Bug 1354 - Problem in Turkish Locale Data (tr_TR.UTF-8 , Unicode)
Summary: Problem in Turkish Locale Data (tr_TR.UTF-8 , Unicode)
Status: RESOLVED INVALID
Alias: None
Product: glibc
Classification: Unclassified
Component: localedata (show other bugs)
Version: 2.3.4
: P2 normal
Target Milestone: ---
Assignee: GNU C Library Locale Maintainers
URL:
Keywords:
Depends on:
Blocks:
 
Reported: 2005-09-19 08:25 UTC by Devrim GUNDUZ
Modified: 2018-04-19 14:35 UTC (History)
1 user (show)

See Also:
Host:
Target:
Build:
Last reconfirmed:
fweimer: security-


Attachments

Note You need to log in before you can comment on or make changes to this bug.
Description Devrim GUNDUZ 2005-09-19 08:25:32 UTC
Hi,

We are experiencing problems in Turkish locale. 

$ cat /etc/redhat-release
Red Hat Enterprise Linux ES release 4 (Nahant Update 1)
$ rpm -qv glibc
glibc-2.3.4-2.9

Here is a short description of our problem:

==========================================================
test=# SELECT * from unicode_test WHERE a ILIKE 'ö%';
 a
----
 ös
(1 row)

test=# SELECT * from unicode_test WHERE a ILIKE 'Ö%';
 a
---
(0 rows)

test=#
==========================================================

Now details:

In Turkish, we have a special letter called "ö" (o with dots on it). The capital
of it is also "Ö" (O (capital o) with dots on it.
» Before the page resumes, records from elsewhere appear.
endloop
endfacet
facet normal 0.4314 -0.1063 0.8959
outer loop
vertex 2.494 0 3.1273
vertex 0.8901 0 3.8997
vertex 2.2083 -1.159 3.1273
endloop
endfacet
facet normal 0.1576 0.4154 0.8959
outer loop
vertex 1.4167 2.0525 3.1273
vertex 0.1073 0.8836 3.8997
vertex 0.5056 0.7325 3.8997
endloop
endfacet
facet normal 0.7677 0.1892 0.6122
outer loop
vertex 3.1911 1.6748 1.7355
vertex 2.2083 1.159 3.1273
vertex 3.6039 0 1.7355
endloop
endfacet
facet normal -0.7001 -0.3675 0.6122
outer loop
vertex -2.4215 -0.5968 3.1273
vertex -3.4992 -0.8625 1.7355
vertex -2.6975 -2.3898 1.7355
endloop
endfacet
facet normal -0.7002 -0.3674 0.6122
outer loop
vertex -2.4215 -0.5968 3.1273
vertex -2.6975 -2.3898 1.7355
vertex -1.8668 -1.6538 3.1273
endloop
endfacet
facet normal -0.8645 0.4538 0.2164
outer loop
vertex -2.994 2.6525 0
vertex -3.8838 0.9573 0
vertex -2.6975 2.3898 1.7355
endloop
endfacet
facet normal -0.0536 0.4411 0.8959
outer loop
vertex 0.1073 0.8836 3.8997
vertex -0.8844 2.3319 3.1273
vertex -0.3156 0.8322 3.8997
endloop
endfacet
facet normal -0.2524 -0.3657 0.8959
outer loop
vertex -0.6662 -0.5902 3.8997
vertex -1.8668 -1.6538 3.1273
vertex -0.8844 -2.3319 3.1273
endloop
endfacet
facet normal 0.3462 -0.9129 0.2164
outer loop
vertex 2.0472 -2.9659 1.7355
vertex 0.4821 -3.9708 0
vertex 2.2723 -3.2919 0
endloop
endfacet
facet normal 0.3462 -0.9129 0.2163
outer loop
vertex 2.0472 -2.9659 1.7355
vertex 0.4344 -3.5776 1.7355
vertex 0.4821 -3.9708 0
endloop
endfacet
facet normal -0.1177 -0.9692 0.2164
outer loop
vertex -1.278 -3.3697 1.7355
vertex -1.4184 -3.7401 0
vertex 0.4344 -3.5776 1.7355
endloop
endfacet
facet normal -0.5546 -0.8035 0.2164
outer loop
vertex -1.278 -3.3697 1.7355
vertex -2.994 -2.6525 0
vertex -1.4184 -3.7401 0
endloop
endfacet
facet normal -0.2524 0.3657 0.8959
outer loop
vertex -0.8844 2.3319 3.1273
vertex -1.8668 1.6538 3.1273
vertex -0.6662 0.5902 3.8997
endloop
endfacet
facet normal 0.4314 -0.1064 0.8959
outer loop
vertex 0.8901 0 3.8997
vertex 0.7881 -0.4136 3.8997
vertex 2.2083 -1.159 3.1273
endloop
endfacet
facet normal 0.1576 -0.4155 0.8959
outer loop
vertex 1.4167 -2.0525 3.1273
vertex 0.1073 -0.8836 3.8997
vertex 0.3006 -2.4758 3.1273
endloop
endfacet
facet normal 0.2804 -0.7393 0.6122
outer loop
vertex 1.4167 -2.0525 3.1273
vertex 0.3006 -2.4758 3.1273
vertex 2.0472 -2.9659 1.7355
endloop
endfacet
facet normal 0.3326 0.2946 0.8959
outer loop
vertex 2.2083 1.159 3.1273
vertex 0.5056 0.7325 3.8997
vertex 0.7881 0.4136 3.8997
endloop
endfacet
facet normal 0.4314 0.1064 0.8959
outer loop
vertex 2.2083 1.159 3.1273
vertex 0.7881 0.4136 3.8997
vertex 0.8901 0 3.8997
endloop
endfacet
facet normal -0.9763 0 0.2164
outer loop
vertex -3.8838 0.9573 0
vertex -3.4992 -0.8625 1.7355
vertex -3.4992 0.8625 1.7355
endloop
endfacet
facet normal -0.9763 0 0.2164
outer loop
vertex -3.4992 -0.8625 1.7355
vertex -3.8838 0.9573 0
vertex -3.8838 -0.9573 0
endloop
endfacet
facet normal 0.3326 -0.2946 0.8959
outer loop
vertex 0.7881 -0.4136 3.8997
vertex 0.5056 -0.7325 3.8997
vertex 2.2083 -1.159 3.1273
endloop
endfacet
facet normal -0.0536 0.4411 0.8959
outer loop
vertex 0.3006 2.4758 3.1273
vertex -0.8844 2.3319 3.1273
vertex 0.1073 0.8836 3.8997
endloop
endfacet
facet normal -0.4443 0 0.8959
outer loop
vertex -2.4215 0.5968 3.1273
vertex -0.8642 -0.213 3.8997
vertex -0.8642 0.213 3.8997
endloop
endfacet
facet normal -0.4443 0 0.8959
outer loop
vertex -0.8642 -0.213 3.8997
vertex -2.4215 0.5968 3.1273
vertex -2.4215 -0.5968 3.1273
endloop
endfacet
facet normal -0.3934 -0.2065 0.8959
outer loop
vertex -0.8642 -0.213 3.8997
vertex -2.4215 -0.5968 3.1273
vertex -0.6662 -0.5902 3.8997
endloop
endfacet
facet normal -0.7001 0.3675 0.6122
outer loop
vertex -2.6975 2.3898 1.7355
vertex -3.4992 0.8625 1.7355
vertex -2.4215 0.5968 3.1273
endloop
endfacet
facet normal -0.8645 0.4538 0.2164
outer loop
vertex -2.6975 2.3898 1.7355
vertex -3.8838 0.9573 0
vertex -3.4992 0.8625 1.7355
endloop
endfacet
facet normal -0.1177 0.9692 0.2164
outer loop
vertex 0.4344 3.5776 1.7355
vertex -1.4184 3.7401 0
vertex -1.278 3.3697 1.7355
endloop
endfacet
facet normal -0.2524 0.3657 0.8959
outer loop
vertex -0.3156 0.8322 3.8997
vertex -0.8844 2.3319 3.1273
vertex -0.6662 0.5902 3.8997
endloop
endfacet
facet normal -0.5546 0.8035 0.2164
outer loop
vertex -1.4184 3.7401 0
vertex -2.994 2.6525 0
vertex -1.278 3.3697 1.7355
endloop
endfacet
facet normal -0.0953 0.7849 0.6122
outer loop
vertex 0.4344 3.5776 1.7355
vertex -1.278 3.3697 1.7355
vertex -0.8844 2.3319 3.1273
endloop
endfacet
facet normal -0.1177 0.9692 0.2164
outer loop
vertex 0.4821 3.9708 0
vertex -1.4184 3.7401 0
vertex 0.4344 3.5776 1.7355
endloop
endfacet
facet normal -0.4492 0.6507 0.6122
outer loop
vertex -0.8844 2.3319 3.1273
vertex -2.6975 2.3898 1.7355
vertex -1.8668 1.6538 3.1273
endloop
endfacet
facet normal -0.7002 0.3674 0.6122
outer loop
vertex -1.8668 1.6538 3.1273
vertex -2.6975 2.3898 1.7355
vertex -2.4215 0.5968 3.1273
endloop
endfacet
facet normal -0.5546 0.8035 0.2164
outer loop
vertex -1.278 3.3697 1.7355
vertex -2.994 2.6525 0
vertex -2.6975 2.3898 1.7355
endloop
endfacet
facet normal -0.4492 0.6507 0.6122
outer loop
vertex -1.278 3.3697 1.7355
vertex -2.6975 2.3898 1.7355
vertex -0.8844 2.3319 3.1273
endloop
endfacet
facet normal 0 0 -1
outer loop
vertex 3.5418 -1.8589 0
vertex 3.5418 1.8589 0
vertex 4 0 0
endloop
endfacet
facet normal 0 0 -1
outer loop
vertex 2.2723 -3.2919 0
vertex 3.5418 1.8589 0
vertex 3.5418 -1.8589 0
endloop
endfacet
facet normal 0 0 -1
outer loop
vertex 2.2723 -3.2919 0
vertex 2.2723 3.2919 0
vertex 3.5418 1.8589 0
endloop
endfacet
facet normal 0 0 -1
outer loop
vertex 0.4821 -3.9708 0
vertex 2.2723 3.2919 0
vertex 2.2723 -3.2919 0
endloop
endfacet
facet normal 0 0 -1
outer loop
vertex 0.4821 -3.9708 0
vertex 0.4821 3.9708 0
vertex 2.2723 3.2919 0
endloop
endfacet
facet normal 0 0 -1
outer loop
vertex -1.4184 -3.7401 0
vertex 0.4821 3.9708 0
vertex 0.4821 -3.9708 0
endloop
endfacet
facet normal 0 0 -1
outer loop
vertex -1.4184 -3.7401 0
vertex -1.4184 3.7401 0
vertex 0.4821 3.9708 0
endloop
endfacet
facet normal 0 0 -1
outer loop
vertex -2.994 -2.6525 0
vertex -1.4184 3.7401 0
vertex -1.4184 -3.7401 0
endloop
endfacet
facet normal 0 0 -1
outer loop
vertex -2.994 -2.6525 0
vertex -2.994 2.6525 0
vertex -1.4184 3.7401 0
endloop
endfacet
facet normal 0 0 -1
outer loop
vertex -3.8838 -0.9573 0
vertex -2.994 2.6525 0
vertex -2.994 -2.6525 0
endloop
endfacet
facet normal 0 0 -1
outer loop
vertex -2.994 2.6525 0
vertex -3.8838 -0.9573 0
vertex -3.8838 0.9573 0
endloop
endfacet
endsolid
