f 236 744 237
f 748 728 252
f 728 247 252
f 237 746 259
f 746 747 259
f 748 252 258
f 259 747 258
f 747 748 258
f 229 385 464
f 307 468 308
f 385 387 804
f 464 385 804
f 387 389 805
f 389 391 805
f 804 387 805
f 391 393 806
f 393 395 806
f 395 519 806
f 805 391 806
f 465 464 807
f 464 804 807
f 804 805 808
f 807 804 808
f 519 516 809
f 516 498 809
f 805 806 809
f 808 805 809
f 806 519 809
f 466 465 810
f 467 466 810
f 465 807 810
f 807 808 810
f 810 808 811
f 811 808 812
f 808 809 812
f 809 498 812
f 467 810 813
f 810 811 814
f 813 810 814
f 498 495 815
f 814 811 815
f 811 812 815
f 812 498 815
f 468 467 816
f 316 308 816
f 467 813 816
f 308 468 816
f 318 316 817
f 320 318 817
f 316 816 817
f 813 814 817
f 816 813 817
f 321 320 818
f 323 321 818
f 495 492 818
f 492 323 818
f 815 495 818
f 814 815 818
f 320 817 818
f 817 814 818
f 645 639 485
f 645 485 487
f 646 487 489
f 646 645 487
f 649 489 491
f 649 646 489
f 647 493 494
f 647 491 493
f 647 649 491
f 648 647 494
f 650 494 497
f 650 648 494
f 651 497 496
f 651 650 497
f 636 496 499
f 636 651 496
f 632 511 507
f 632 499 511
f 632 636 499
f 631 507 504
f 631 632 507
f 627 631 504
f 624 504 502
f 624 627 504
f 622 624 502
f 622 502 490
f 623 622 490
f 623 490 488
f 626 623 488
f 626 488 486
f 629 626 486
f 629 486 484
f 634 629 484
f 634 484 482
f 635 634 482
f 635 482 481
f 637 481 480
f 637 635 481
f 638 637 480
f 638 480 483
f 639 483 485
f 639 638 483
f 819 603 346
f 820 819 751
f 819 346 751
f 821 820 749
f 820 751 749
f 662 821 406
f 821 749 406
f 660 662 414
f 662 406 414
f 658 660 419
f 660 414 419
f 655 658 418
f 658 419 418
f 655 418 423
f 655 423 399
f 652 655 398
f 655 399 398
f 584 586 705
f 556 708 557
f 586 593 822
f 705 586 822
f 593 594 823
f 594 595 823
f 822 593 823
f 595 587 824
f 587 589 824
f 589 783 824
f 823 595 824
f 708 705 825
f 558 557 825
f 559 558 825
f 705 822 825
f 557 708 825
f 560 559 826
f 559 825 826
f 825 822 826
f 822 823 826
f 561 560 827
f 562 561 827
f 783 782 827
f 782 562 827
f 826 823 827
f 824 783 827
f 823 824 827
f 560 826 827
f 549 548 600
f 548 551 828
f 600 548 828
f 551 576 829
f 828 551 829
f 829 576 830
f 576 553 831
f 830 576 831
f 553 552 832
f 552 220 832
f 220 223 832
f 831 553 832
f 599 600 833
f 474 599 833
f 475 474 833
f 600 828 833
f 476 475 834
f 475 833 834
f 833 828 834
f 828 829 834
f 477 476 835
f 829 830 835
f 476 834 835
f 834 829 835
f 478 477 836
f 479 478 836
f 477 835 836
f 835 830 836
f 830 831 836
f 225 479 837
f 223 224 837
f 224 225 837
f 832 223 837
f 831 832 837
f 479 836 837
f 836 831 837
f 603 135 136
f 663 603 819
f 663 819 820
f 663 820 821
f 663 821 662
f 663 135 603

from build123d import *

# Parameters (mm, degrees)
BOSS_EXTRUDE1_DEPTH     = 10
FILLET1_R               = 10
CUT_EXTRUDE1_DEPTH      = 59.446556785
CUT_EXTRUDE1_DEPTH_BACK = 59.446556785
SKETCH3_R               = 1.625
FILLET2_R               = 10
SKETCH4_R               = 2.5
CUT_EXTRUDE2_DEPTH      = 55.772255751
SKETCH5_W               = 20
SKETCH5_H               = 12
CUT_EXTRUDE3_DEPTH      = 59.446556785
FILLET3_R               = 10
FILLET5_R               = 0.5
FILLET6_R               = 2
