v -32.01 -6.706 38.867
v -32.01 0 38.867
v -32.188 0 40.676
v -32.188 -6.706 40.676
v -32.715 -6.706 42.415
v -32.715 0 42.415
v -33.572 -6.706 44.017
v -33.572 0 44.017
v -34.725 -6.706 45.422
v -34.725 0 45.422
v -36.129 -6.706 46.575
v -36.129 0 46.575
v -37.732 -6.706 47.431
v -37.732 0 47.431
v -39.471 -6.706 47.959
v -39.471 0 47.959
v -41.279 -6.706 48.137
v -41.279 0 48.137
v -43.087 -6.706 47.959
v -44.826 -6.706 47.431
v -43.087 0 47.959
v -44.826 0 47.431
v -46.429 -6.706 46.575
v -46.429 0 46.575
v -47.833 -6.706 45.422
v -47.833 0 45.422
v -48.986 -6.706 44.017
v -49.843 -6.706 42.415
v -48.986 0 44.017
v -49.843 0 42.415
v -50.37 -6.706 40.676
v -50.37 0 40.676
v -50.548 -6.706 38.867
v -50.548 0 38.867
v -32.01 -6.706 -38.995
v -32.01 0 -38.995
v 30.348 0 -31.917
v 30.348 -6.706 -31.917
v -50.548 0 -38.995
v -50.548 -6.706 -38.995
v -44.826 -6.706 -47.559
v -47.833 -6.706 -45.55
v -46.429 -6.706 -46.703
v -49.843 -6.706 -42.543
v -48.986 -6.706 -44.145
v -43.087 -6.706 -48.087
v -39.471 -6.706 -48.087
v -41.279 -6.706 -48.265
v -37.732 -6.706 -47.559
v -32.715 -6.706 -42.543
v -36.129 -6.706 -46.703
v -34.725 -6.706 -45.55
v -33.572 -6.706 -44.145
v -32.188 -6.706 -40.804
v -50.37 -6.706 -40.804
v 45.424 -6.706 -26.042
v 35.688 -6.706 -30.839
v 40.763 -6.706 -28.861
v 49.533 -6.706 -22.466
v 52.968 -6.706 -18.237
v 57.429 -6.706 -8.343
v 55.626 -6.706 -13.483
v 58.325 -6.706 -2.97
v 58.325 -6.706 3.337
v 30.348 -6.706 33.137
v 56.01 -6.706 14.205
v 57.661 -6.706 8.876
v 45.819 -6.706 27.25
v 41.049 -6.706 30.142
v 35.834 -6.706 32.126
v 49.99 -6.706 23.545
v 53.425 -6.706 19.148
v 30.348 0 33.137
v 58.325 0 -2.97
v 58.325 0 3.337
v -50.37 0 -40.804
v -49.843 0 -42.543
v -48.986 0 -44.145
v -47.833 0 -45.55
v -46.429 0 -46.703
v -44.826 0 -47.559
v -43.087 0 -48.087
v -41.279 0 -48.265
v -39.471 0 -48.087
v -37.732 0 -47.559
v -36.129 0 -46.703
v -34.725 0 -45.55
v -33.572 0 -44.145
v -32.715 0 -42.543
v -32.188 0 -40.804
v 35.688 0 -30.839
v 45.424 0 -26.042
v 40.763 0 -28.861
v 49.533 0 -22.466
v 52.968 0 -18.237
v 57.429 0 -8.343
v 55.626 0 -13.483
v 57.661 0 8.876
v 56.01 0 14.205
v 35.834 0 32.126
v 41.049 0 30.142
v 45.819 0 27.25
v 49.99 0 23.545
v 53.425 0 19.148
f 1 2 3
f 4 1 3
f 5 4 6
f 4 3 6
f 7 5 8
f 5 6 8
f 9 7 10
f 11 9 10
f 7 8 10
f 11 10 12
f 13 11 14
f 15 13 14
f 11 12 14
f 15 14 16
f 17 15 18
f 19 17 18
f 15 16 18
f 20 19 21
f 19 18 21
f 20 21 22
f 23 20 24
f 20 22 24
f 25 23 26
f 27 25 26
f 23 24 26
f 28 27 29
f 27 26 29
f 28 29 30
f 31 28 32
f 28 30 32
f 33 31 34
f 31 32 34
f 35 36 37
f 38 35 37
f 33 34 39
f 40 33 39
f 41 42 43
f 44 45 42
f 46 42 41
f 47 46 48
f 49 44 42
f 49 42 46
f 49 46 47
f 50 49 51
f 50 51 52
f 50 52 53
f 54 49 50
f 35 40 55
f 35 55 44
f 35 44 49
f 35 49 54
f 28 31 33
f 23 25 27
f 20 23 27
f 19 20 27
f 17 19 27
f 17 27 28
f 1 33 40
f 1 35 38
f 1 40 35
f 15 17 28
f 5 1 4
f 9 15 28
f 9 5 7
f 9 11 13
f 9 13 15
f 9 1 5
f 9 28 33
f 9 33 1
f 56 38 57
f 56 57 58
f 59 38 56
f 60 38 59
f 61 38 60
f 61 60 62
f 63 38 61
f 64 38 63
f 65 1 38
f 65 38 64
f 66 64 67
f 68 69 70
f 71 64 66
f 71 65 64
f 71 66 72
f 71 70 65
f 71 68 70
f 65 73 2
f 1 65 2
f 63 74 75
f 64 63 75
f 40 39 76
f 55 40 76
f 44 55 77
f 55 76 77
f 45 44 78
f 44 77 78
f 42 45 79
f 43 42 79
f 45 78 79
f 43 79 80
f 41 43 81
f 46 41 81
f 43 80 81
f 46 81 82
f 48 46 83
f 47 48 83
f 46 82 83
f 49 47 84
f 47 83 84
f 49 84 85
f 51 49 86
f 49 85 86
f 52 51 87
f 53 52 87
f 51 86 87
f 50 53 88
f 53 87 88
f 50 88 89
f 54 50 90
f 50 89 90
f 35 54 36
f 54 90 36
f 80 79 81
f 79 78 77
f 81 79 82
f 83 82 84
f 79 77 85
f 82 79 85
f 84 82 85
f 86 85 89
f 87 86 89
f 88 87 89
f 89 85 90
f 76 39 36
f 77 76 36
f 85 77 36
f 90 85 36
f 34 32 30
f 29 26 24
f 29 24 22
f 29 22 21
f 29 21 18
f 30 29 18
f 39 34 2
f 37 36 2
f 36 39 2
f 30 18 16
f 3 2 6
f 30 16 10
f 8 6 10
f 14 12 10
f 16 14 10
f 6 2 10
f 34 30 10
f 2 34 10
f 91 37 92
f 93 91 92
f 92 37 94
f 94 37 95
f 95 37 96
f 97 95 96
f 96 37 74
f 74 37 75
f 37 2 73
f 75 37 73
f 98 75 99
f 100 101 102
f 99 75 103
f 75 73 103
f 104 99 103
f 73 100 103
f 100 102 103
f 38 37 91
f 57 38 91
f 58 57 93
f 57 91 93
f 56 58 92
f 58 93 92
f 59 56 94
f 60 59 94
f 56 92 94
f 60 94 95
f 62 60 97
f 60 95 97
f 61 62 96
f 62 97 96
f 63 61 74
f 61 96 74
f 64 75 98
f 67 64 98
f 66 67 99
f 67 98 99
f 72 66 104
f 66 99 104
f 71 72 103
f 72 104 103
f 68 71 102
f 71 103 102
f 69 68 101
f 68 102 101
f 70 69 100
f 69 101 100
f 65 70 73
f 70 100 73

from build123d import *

# Parameters (mm, degrees)
F1_DEPTH = 6.7056


# Not quite as in the source:
# - the program builds the solid bodies; features that only make, move or delete a surface that nothing else refers to are left out


with BuildPart() as f1:
    # F0 (on Front) → F1 (new body)
    with BuildSketch(Plane.XZ):
        with BuildLine():
            ThreePointArc((-32.0095643401, 38.8673432171), (-41.2789452821, 48.1367241591), (-50.5483262241, 38.8673432171))
            Line((-50.5483262241, 38.8673432171), (-50.5483262241, -38.9954559505))
            ThreePointArc((-50.5483262241, -38.9954559505), (-41.2789452821, -48.2648368925), (-32.0095643401, -38.9954559505))
            Line((-32.0095643401, -38.9954559505), (30.3480885923, -31.9170206785))
            ThreePointArc((30.3480885923, -31.9170206785), (49.5331583117, -22.4657405577), (58.3247691393, -2.9695569538))
            Line((58.3247691393, -2.9695569538), (58.3247691393, 3.3366130665))
            ThreePointArc((58.3247691393, 3.3366130665), (49.99023947, 23.5446765042), (30.3480885923, 33.1371799111))
            Line((30.3480885923, 33.1371799111), (-32.0095643401, 38.8673432171))
        make_face()
    extrude(amount=F1_DEPTH)


solid = f1.part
Same stands for i and İ, ı and I.

I'm using PostgreSQL 8.0.3. PostgreSQL relies on the operating system for string
operations. So if there is something wrong in glibc, PostgreSQL also fails on
that locale.

As you can see in the short description, the ILIKE (Incasensitive LIKE) cannot
find the correct result. The same problem stands for i and i dotless (İ and I,
respectively). Both database queries should return the same result.
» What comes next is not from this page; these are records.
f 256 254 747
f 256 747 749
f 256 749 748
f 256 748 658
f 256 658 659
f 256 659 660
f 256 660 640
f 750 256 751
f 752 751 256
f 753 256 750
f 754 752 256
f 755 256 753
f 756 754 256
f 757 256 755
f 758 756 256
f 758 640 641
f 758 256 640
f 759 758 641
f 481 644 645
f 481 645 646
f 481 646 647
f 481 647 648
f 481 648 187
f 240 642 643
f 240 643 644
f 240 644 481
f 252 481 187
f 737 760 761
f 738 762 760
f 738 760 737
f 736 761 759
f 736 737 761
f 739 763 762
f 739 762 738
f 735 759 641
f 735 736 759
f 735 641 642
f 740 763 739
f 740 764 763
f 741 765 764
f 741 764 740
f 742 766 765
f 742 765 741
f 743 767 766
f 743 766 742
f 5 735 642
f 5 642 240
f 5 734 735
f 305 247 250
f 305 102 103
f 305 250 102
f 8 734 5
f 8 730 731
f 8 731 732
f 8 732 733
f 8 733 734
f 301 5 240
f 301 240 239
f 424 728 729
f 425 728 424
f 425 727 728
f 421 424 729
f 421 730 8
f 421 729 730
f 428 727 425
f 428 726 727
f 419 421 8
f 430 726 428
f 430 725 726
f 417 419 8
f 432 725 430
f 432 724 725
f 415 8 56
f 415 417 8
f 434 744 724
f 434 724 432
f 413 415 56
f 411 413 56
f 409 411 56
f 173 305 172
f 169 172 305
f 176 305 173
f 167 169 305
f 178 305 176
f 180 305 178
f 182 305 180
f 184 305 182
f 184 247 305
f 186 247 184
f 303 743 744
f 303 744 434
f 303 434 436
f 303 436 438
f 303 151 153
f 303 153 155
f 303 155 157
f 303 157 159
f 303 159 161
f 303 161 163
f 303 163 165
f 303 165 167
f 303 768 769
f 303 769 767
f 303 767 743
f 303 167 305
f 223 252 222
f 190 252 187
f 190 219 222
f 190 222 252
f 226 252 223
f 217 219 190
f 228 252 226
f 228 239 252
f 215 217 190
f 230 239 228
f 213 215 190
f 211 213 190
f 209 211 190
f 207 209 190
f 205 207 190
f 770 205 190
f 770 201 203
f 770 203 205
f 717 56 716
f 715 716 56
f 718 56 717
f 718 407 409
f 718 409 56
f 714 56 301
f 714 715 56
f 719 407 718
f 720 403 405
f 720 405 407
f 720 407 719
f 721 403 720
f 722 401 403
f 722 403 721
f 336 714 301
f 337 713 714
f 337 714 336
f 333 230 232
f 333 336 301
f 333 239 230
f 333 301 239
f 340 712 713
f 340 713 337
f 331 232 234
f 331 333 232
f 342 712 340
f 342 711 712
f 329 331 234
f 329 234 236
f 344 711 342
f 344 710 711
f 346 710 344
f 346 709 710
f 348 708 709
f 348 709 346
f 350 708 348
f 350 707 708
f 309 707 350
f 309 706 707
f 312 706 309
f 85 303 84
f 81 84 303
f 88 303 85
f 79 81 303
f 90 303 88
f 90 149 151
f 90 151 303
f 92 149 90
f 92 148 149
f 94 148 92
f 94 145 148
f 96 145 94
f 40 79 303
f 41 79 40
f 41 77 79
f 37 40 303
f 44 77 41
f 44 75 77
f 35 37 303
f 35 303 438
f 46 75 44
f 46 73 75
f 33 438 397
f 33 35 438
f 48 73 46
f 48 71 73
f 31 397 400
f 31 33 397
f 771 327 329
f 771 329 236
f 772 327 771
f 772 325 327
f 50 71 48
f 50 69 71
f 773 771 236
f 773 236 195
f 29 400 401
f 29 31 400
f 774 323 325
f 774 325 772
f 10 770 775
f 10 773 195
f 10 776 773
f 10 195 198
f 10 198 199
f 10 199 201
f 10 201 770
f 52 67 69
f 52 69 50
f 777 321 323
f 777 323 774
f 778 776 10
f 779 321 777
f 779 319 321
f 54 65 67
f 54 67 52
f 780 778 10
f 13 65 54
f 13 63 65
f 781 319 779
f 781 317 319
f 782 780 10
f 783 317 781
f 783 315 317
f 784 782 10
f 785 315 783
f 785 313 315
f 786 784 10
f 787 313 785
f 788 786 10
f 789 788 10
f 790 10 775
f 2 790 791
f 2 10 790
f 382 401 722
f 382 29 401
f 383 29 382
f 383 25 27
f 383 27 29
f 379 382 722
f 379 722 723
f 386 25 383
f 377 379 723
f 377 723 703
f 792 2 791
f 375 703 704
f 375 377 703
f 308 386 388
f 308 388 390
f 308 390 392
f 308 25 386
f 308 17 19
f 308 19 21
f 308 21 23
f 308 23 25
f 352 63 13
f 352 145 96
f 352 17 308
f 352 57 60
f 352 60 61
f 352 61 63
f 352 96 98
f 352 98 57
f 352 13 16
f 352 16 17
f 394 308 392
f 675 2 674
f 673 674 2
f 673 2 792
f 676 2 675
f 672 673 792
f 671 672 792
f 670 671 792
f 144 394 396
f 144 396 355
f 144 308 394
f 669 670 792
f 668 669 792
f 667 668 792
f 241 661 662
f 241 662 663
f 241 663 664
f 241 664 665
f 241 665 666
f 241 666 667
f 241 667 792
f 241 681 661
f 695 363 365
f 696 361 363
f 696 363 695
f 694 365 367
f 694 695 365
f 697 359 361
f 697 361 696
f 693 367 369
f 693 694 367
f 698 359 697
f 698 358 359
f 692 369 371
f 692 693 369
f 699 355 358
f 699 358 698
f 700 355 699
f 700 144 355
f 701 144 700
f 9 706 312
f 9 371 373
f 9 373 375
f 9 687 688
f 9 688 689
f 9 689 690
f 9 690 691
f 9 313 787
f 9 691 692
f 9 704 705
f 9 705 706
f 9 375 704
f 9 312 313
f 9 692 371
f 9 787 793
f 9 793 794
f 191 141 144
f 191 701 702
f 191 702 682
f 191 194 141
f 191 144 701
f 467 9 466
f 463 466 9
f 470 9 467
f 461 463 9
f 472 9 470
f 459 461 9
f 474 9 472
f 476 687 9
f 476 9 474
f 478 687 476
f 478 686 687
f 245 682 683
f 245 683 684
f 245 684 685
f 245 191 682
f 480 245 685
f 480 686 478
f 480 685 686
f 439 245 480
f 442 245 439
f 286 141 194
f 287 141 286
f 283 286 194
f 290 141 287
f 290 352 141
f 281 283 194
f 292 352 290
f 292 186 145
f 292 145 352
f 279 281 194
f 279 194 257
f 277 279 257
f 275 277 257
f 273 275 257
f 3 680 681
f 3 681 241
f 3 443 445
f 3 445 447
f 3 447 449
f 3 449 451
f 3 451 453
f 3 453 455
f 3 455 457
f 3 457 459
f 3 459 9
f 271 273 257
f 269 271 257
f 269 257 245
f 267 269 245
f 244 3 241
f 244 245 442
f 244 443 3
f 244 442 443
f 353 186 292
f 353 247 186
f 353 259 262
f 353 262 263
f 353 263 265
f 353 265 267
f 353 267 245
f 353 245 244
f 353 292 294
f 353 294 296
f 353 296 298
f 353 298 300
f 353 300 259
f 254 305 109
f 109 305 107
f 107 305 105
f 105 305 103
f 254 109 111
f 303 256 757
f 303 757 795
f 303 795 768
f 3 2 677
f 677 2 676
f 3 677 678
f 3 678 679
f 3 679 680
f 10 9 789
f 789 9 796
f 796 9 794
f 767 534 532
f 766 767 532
I hope this can be fixed in the next release of glibc.
Comment 1 Jakub Jelinek 2005-09-19 08:38:28 UTC
This is very likely an application bug (postgresql in this case), you need
to sort it out there, not here.  In case it would be a glibc bug
(unlikely, e.g. towlower/towupper etc. are known to work just fine
with Turkish dotless i/I and i/I with dot above), this would still be wrong
bugreport here.  For a bugreport here, you need to provide a self-contained
testcase that uses just glibc and shows the bug, or show say in ltrace
what calls return incorrect values.  Otherwise everybody could claim something
is a glibc bug and we'd have to debug all application bugs just in case
they might be glibc bugs.

Especially with Turkish i/I and case insensitivity where UTF-8 representation
is one byte for one case and 2 byte for the other case (and one is ASCII, while
the other is not), really many application don't handle this well.